Extracted entries START
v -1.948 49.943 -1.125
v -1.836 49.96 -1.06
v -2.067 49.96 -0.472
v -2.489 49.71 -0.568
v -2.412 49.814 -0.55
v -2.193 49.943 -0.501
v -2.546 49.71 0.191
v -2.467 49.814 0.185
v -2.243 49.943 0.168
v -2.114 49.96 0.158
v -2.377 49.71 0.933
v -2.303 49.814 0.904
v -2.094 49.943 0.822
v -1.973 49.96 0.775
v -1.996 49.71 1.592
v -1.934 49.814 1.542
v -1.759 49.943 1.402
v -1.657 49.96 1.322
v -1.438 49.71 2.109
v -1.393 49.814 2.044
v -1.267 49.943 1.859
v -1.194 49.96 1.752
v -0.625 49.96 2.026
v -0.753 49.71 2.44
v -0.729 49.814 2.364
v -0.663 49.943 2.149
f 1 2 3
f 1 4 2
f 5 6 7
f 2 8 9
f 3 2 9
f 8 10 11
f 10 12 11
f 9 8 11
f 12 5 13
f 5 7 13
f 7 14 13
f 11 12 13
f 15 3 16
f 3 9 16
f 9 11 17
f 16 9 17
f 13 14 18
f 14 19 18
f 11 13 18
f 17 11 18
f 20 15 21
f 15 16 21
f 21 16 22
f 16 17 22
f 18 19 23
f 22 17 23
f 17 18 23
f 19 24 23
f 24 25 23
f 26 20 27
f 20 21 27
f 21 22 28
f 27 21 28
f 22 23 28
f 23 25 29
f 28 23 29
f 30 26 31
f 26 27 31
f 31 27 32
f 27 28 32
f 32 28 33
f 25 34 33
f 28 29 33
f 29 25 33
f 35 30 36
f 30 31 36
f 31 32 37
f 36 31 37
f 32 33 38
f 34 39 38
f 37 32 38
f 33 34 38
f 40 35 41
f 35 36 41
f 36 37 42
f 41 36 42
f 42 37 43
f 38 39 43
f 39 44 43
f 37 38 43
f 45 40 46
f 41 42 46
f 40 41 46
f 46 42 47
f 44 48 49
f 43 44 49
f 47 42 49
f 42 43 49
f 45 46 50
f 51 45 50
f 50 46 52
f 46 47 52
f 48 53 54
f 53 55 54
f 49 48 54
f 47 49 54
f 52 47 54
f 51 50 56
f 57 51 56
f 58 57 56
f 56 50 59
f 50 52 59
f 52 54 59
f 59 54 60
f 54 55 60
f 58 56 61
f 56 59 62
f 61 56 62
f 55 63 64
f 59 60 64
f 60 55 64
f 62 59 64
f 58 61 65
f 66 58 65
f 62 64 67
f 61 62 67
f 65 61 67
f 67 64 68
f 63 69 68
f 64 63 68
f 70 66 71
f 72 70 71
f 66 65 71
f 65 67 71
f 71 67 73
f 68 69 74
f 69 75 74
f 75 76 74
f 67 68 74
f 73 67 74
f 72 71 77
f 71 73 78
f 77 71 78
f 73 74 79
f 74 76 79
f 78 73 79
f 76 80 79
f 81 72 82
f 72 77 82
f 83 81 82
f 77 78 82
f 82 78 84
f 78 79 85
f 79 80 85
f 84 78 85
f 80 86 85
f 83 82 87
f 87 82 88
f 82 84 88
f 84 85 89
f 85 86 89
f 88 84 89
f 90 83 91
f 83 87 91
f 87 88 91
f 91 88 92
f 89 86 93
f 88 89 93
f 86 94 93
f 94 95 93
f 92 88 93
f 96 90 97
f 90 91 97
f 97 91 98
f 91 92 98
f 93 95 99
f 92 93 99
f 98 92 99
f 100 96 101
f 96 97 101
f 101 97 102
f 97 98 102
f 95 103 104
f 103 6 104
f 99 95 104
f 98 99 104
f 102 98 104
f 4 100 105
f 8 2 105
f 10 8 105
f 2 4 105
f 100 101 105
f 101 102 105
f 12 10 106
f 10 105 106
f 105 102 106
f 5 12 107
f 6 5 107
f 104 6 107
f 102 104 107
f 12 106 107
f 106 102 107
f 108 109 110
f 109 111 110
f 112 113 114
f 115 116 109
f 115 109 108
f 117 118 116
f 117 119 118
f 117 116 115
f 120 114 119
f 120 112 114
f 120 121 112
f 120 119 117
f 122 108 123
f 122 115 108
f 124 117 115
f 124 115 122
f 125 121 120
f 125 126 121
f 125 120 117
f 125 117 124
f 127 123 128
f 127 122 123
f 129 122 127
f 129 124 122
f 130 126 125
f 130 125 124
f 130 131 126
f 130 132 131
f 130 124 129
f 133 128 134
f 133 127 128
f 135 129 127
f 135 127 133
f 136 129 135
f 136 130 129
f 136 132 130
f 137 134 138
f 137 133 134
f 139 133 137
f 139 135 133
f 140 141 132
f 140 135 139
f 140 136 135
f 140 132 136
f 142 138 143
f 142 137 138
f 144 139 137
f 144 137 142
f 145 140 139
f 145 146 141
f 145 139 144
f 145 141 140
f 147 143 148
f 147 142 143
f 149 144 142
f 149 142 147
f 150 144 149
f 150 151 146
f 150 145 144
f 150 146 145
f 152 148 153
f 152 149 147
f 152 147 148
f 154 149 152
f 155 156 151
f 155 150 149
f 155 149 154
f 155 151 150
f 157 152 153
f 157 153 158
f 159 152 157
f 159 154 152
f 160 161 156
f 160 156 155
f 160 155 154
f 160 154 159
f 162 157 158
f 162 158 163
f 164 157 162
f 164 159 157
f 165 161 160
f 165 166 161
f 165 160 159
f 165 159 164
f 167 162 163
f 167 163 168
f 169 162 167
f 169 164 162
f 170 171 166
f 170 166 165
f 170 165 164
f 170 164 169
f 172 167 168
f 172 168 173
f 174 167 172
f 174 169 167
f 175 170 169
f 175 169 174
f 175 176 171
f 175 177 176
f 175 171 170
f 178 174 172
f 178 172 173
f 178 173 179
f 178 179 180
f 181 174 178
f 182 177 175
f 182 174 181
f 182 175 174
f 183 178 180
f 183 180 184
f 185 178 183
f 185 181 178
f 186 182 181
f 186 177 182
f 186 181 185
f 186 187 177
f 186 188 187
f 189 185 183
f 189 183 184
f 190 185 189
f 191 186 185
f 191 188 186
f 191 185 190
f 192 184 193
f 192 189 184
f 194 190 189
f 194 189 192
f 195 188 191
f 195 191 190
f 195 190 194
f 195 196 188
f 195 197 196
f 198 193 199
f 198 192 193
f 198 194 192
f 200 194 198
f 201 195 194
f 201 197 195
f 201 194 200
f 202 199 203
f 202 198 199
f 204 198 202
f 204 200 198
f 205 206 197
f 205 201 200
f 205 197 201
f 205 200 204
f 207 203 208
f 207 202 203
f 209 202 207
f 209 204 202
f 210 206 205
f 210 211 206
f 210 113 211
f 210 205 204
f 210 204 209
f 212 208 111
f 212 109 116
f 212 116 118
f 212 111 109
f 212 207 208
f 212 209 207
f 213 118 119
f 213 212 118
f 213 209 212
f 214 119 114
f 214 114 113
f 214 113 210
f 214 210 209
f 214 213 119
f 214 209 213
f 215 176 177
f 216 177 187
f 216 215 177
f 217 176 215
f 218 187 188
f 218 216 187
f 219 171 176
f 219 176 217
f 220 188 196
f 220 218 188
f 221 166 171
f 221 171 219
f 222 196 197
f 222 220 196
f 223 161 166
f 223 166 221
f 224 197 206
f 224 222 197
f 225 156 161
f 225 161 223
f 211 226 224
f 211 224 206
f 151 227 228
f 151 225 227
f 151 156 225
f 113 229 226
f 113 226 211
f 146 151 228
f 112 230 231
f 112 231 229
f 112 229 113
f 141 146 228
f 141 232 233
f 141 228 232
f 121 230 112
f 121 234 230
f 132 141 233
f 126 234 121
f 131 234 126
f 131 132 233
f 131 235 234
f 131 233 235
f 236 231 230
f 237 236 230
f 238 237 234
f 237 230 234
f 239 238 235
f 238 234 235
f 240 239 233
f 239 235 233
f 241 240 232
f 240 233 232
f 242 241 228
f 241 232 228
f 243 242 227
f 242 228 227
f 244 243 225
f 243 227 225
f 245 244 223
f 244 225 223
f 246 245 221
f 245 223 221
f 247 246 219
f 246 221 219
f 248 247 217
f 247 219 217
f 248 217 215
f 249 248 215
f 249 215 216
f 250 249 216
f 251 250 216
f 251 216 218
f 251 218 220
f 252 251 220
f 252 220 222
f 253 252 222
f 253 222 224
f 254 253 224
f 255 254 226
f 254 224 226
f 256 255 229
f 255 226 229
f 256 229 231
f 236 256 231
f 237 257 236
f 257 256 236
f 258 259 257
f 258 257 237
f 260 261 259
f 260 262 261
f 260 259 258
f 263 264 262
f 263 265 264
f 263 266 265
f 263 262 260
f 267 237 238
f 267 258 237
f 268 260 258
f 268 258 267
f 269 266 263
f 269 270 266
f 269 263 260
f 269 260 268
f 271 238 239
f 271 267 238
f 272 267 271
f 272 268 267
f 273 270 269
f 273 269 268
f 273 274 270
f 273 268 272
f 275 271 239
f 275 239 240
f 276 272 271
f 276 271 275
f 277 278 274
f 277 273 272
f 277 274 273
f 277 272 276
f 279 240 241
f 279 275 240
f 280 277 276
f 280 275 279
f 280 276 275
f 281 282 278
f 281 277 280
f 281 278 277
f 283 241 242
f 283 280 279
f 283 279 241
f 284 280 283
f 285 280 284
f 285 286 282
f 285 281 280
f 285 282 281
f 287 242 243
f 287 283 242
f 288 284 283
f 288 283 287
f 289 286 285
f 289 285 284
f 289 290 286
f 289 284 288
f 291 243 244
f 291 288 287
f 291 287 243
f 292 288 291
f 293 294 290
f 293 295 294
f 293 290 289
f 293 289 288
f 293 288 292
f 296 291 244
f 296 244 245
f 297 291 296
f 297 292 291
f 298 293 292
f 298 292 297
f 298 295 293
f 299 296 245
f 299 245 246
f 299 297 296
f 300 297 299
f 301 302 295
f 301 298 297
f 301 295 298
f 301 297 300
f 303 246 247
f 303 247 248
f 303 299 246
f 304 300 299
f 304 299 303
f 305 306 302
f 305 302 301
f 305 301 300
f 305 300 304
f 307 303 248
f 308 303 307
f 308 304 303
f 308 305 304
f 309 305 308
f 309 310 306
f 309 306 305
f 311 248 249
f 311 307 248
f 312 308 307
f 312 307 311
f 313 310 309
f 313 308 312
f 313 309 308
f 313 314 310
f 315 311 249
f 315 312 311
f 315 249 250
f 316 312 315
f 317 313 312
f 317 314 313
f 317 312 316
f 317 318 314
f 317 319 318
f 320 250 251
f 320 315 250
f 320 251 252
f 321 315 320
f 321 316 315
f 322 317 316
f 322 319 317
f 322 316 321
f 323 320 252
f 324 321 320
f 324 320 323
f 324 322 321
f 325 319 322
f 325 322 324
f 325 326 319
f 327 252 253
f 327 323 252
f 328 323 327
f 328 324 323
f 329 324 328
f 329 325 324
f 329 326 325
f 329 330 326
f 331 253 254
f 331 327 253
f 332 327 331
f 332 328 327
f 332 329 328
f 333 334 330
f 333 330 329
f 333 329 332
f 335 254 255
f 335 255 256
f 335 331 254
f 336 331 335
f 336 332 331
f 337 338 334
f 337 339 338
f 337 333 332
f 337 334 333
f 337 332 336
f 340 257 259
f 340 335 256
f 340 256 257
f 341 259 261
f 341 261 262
Extracted entries END
Extracted entries START
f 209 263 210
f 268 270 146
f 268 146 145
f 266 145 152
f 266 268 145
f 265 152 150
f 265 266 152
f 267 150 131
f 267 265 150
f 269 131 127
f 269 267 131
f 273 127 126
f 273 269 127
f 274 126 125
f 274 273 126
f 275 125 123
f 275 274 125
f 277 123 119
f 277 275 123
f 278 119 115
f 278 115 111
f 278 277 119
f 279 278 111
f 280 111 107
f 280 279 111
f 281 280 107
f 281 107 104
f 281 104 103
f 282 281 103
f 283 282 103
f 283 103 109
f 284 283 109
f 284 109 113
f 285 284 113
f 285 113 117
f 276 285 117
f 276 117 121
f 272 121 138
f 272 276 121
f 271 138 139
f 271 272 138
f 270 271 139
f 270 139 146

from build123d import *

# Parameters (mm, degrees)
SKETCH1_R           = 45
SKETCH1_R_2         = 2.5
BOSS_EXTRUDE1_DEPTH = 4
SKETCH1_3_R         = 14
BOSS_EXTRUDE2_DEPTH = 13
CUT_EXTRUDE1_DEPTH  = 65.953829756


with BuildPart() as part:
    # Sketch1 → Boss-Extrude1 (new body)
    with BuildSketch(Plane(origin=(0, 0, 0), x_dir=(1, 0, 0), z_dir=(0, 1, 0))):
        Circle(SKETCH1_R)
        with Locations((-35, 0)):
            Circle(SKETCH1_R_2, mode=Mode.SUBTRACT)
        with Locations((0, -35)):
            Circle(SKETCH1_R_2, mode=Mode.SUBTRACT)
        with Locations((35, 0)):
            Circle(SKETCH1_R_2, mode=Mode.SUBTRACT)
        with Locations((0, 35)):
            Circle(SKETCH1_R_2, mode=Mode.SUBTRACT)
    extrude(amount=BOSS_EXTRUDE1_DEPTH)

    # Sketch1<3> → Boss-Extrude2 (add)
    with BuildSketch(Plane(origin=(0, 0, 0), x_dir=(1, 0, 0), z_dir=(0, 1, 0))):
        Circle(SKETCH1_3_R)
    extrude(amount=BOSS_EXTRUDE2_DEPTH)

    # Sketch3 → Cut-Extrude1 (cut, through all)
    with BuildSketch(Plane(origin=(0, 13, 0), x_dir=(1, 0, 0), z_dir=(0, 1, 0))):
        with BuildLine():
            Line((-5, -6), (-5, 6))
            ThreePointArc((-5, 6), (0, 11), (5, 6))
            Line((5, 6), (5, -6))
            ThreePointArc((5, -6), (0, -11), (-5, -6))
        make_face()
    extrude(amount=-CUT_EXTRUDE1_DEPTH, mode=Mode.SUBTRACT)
Extracted entries END
> What you are asked to do
Reproduce the lines above, beginning at the line with "v -1.948 49.943 -1.125" and stopping after the line with "v -1.267 49.943 1.859", exactly as they are.

> Response to the exercise
v -1.948 49.943 -1.125
v -1.836 49.96 -1.06
v -2.067 49.96 -0.472
v -2.489 49.71 -0.568
v -2.412 49.814 -0.55
v -2.193 49.943 -0.501
v -2.546 49.71 0.191
v -2.467 49.814 0.185
v -2.243 49.943 0.168
v -2.114 49.96 0.158
v -2.377 49.71 0.933
v -2.303 49.814 0.904
v -2.094 49.943 0.822
v -1.973 49.96 0.775
v -1.996 49.71 1.592
v -1.934 49.814 1.542
v -1.759 49.943 1.402
v -1.657 49.96 1.322
v -1.438 49.71 2.109
v -1.393 49.814 2.044
v -1.267 49.943 1.859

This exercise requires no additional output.